## [Work order]
Every line from the one with "#173=EDGE_LOOP('',(#161,#162,#169,#172));" to the one with "#188=ORIENTED_EDGE('',*,*,#187,.F.);", including those two, is to be copied exactly; all other lines of the entries below are left out.

## [Material for this exercise]

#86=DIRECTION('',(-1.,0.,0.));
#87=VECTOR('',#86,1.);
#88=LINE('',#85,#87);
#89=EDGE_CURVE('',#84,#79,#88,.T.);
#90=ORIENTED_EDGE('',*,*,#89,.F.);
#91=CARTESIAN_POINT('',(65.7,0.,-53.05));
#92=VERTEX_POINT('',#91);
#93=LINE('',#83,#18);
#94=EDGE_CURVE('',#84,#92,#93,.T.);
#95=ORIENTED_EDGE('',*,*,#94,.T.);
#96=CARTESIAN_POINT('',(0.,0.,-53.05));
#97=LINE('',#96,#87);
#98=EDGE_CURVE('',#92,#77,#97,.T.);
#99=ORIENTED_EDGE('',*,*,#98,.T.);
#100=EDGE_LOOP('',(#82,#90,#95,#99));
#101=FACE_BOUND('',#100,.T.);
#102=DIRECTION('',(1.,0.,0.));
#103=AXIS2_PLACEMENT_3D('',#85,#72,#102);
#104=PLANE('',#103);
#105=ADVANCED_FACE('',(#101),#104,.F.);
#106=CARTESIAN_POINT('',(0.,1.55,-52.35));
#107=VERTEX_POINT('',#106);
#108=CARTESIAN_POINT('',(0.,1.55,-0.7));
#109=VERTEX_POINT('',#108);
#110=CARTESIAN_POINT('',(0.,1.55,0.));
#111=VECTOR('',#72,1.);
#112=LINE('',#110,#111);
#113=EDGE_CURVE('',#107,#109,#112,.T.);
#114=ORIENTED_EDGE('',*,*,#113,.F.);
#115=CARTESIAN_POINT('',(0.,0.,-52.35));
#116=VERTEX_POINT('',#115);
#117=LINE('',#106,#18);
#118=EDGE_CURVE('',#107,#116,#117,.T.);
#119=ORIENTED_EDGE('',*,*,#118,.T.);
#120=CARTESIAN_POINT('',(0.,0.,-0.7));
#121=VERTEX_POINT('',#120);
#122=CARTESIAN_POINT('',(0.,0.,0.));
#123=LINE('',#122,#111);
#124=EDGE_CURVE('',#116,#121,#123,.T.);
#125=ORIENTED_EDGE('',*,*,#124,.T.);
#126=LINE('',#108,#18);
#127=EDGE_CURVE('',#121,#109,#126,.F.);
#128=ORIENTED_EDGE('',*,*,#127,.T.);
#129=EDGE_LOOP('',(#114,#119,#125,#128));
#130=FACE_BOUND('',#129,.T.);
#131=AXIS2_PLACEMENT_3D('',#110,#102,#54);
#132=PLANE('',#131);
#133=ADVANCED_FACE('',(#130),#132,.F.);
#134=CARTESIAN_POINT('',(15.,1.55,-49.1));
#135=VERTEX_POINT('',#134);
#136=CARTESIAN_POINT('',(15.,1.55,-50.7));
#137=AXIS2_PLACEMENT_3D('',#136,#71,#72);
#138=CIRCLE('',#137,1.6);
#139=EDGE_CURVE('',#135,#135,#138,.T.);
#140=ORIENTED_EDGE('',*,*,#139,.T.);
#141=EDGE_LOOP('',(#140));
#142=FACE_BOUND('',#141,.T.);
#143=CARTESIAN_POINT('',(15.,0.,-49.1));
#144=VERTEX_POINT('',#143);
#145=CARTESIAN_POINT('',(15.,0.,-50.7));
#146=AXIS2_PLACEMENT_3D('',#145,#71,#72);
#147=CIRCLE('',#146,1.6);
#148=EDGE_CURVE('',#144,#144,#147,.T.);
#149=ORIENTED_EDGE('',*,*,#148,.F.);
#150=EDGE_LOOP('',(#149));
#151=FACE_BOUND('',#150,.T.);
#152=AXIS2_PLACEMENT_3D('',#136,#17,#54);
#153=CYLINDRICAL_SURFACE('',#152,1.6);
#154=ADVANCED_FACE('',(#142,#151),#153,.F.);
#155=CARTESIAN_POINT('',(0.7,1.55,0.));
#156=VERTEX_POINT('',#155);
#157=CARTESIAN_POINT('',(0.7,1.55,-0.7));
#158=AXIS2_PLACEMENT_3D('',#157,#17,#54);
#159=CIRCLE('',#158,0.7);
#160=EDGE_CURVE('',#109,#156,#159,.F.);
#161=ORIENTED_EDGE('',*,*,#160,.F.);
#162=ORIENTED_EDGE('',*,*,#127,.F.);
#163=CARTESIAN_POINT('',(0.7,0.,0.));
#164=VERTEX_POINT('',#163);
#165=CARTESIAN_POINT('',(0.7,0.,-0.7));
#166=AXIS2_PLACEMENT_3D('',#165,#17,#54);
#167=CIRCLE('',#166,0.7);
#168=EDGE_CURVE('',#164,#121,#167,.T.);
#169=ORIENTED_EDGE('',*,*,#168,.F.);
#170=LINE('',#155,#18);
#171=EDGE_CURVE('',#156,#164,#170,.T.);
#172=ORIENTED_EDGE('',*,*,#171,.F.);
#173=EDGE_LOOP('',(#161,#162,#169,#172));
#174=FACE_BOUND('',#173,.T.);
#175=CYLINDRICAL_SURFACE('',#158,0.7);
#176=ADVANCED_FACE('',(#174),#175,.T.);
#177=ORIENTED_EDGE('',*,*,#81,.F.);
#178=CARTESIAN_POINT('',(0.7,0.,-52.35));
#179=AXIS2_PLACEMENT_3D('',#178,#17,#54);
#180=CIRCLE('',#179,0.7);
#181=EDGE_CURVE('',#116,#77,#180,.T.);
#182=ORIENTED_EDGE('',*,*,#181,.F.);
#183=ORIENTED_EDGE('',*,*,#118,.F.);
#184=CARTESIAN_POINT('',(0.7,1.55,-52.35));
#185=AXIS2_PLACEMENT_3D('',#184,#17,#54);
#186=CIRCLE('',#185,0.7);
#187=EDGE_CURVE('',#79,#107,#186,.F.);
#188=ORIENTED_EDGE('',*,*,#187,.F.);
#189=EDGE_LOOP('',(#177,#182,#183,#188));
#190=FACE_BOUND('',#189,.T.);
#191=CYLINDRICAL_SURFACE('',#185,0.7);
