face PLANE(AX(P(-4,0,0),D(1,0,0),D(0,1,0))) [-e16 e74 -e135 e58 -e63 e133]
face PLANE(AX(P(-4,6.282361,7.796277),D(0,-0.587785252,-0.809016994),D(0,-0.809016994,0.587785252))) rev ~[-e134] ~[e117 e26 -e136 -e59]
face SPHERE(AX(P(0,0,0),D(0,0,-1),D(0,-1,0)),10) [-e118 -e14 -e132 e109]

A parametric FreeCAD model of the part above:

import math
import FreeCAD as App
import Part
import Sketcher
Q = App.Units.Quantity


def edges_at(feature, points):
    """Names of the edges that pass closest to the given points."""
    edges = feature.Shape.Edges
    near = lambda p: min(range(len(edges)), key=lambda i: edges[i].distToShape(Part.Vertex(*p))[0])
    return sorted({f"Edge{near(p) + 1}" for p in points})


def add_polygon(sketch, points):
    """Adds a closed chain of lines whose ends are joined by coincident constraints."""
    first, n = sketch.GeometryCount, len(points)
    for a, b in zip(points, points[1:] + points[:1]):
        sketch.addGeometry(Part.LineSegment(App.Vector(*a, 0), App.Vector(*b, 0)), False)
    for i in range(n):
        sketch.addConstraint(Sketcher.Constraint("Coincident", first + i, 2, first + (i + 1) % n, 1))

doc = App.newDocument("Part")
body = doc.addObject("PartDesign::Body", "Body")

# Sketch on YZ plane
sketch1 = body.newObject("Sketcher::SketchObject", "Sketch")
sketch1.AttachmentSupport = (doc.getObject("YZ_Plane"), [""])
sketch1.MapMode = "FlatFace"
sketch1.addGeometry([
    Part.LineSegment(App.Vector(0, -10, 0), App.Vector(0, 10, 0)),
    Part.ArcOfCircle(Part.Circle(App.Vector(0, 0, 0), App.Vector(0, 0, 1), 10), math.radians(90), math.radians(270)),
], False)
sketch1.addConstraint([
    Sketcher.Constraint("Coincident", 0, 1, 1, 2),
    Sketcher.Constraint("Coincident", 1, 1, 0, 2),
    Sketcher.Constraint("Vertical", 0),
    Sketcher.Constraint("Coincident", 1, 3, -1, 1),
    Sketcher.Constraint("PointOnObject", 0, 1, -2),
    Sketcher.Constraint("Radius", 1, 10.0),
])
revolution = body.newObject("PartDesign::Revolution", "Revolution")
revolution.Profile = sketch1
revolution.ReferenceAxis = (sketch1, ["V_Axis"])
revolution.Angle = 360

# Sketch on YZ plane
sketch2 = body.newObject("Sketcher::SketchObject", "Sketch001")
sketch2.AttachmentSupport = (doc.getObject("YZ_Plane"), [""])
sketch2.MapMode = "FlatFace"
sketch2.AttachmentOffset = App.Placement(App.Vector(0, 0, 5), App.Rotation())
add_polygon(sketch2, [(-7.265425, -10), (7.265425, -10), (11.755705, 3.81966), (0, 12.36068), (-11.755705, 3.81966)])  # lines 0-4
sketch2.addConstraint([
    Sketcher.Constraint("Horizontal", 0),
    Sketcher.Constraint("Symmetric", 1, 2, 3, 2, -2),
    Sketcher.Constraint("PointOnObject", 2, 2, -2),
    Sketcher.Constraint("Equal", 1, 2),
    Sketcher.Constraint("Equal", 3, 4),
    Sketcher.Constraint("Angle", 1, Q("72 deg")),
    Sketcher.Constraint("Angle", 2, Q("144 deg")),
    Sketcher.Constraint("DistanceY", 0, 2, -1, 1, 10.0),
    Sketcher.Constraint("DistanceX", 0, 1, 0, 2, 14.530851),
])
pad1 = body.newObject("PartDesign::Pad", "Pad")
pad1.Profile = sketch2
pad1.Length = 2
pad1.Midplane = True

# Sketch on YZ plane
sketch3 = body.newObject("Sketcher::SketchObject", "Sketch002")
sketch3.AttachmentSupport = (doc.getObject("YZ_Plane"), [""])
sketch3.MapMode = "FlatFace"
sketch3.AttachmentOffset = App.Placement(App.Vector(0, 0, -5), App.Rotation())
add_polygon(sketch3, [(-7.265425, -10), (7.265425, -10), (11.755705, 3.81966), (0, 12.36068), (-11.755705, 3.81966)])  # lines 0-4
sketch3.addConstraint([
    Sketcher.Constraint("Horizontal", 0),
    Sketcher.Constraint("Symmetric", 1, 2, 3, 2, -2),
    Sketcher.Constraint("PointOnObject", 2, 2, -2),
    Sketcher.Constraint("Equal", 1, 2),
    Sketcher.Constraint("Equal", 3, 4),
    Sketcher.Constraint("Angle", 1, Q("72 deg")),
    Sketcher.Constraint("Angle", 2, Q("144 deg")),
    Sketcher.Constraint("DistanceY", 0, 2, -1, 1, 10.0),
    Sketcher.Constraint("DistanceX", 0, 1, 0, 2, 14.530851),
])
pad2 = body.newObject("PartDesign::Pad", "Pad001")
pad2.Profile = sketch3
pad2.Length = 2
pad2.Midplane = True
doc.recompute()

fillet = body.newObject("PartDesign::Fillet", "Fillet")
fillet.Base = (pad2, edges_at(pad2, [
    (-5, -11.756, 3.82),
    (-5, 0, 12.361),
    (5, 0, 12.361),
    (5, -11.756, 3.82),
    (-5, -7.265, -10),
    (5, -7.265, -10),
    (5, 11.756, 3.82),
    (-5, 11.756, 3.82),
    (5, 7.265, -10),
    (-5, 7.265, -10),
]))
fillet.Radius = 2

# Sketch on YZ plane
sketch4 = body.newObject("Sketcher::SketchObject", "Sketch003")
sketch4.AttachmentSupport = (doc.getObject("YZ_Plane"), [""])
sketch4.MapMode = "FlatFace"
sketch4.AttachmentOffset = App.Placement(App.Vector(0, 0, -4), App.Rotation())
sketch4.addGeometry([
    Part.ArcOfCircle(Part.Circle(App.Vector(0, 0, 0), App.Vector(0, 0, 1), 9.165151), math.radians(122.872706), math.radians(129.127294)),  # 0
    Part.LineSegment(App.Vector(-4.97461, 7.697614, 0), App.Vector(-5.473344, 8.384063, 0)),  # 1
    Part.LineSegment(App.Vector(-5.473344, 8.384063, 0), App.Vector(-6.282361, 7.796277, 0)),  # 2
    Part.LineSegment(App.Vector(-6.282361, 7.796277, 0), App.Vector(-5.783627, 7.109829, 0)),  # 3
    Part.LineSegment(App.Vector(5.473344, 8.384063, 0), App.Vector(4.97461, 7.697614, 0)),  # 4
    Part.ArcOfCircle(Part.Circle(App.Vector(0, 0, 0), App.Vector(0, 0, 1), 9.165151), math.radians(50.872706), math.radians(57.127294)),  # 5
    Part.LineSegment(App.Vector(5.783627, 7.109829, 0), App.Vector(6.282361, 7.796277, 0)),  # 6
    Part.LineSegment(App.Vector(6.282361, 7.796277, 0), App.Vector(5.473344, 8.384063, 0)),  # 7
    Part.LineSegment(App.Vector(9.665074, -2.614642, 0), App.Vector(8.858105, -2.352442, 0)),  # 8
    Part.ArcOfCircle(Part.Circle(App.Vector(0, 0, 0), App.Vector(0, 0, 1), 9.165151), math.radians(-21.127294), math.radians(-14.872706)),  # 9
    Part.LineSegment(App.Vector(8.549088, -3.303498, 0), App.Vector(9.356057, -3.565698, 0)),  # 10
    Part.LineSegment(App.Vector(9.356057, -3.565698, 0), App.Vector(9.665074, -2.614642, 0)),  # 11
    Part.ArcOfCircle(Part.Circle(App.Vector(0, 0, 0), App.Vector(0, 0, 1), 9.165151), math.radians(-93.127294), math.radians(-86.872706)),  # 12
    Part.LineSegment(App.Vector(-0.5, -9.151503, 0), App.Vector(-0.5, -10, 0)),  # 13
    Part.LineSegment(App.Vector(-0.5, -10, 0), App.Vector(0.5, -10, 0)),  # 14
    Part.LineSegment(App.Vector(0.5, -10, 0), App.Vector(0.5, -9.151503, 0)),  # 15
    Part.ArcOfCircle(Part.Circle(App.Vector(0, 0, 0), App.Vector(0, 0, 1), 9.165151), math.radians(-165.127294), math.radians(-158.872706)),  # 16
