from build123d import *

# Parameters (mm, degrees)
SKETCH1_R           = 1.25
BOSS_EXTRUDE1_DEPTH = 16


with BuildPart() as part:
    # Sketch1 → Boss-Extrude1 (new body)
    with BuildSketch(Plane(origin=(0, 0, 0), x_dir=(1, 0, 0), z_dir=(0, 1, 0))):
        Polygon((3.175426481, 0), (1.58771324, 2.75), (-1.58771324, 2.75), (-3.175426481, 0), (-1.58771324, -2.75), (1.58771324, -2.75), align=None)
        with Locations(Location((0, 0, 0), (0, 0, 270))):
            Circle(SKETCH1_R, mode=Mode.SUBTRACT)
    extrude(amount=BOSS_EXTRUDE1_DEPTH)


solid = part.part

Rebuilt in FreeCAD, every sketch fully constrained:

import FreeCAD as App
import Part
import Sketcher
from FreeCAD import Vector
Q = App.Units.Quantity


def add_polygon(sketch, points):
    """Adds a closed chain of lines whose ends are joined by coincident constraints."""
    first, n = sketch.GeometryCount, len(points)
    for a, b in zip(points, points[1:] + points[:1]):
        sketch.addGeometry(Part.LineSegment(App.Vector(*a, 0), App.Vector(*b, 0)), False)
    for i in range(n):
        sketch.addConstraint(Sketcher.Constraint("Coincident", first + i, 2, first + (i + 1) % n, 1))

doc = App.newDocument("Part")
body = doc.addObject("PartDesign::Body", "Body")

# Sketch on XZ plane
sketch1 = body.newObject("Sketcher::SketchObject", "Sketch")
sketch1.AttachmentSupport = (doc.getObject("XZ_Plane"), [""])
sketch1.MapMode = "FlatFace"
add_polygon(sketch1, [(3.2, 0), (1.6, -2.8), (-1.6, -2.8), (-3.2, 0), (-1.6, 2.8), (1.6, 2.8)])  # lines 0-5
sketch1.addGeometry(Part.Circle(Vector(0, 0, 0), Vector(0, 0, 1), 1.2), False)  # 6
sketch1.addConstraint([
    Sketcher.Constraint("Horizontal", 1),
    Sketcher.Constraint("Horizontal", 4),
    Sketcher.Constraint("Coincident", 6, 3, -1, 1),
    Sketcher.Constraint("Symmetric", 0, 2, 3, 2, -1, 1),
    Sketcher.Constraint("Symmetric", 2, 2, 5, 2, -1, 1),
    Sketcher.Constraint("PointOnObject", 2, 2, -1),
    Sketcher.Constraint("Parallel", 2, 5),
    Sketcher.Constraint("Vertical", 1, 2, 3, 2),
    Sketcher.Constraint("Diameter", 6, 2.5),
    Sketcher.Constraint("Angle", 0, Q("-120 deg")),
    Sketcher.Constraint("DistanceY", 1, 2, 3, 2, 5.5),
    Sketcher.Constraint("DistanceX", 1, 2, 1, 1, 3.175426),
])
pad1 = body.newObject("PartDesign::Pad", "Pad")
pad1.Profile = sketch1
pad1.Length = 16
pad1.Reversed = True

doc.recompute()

---

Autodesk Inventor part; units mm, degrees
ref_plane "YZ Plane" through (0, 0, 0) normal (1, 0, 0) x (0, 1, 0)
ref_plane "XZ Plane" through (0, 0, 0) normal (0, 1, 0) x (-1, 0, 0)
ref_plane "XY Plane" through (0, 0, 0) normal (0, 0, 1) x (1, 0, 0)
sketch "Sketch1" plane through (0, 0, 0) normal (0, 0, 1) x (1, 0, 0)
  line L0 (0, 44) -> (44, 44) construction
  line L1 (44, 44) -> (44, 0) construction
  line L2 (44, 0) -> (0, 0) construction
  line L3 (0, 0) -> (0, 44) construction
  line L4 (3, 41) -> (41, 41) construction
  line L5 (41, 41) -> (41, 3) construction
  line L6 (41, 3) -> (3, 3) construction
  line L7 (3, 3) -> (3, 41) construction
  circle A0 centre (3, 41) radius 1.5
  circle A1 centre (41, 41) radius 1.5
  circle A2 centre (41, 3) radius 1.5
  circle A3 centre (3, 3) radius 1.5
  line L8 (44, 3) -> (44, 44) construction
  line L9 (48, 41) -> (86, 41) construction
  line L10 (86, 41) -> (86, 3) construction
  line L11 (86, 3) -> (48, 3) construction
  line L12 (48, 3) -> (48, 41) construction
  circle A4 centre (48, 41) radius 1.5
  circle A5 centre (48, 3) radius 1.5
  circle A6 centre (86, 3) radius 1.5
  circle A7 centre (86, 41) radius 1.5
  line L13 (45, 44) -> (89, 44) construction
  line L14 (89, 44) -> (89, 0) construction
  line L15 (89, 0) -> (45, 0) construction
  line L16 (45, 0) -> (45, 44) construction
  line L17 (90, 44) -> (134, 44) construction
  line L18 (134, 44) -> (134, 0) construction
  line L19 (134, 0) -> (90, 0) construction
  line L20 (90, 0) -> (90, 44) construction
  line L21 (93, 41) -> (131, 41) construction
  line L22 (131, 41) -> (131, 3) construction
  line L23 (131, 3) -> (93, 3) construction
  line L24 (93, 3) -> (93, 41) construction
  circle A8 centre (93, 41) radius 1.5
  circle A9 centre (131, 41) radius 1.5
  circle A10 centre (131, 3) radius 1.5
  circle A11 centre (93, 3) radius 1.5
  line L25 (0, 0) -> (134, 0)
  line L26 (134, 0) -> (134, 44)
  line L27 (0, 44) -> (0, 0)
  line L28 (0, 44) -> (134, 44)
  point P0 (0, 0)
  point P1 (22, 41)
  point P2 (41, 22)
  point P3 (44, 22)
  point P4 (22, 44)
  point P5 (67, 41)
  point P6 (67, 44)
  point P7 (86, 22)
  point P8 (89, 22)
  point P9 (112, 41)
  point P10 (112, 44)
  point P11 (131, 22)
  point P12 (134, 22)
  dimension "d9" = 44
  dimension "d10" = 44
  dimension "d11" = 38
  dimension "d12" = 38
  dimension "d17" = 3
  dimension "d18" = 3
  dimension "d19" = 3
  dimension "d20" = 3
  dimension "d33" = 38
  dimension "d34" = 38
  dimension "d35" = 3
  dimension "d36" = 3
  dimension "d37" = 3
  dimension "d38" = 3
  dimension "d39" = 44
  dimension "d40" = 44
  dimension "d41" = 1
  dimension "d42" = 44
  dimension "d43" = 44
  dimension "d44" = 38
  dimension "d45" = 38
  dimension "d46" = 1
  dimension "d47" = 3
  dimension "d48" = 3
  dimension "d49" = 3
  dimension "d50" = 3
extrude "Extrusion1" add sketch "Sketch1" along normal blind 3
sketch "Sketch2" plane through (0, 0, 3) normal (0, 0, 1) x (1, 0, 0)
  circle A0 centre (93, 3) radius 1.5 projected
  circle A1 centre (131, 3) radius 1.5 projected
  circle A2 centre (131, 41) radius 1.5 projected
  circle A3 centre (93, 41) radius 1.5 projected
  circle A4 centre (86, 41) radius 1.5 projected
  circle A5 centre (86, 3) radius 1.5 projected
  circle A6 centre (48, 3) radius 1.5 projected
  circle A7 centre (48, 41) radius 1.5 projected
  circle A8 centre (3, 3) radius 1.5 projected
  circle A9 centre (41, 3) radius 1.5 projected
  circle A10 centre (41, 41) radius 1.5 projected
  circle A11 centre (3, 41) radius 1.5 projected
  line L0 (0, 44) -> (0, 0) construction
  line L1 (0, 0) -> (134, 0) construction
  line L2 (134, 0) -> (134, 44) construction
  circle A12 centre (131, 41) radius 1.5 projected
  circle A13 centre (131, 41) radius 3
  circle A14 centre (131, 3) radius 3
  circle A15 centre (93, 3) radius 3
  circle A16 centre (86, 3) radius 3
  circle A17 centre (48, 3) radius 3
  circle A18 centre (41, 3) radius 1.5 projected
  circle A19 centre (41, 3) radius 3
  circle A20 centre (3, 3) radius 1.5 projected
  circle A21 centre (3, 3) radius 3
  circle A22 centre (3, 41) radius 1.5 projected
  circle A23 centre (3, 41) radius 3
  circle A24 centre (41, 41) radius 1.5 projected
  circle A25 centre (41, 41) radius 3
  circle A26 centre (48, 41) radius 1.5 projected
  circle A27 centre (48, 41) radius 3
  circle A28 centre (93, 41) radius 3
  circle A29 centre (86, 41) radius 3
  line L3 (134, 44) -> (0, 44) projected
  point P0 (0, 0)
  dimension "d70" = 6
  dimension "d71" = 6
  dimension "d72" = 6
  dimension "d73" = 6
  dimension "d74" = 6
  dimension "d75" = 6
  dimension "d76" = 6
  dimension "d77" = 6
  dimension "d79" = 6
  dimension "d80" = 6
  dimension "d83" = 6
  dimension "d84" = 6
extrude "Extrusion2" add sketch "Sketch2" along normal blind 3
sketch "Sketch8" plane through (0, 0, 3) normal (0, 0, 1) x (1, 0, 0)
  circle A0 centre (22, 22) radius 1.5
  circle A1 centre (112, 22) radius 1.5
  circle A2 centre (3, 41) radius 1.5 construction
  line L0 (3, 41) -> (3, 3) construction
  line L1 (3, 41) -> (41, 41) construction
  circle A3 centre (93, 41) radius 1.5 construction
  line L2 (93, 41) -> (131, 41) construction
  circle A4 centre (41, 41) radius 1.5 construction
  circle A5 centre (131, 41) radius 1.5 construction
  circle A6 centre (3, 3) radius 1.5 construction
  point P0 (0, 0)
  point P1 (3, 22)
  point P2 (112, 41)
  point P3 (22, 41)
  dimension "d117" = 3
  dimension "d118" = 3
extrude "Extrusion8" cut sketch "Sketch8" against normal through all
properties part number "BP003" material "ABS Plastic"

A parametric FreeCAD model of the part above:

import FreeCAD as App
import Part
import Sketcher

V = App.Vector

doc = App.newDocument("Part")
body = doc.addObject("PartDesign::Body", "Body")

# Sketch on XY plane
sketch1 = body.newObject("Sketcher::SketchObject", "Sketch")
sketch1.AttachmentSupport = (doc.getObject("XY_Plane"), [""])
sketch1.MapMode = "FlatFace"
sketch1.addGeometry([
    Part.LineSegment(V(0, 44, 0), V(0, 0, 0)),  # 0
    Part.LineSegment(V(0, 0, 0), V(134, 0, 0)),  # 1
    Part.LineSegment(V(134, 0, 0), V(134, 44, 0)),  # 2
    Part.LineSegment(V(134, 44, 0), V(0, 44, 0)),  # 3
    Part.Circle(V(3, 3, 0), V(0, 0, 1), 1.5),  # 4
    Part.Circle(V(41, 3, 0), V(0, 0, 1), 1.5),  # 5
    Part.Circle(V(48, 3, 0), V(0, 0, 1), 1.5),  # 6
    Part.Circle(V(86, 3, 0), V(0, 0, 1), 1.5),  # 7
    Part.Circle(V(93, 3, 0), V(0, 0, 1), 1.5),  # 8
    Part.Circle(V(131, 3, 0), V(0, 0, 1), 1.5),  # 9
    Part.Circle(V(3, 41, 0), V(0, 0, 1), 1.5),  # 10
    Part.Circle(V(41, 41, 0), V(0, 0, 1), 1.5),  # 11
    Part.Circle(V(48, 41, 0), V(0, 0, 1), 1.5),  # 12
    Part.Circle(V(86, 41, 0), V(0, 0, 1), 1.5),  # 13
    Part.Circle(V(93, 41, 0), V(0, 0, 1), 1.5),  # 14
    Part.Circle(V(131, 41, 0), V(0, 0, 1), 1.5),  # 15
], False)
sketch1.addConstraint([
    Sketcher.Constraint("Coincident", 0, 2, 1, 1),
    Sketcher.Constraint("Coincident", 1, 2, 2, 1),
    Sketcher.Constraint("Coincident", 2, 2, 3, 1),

## [Solution to this problem]
#173=EDGE_LOOP('',(#161,#162,#169,#172));
#174=FACE_BOUND('',#173,.T.);
#175=CYLINDRICAL_SURFACE('',#158,0.7);
#176=ADVANCED_FACE('',(#174),#175,.T.);
#177=ORIENTED_EDGE('',*,*,#81,.F.);
#178=CARTESIAN_POINT('',(0.7,0.,-52.35));
#179=AXIS2_PLACEMENT_3D('',#178,#17,#54);
#180=CIRCLE('',#179,0.7);
#181=EDGE_CURVE('',#116,#77,#180,.T.);
#182=ORIENTED_EDGE('',*,*,#181,.F.);
#183=ORIENTED_EDGE('',*,*,#118,.F.);
#184=CARTESIAN_POINT('',(0.7,1.55,-52.35));
#185=AXIS2_PLACEMENT_3D('',#184,#17,#54);
#186=CIRCLE('',#185,0.7);
#187=EDGE_CURVE('',#79,#107,#186,.F.);
#188=ORIENTED_EDGE('',*,*,#187,.F.);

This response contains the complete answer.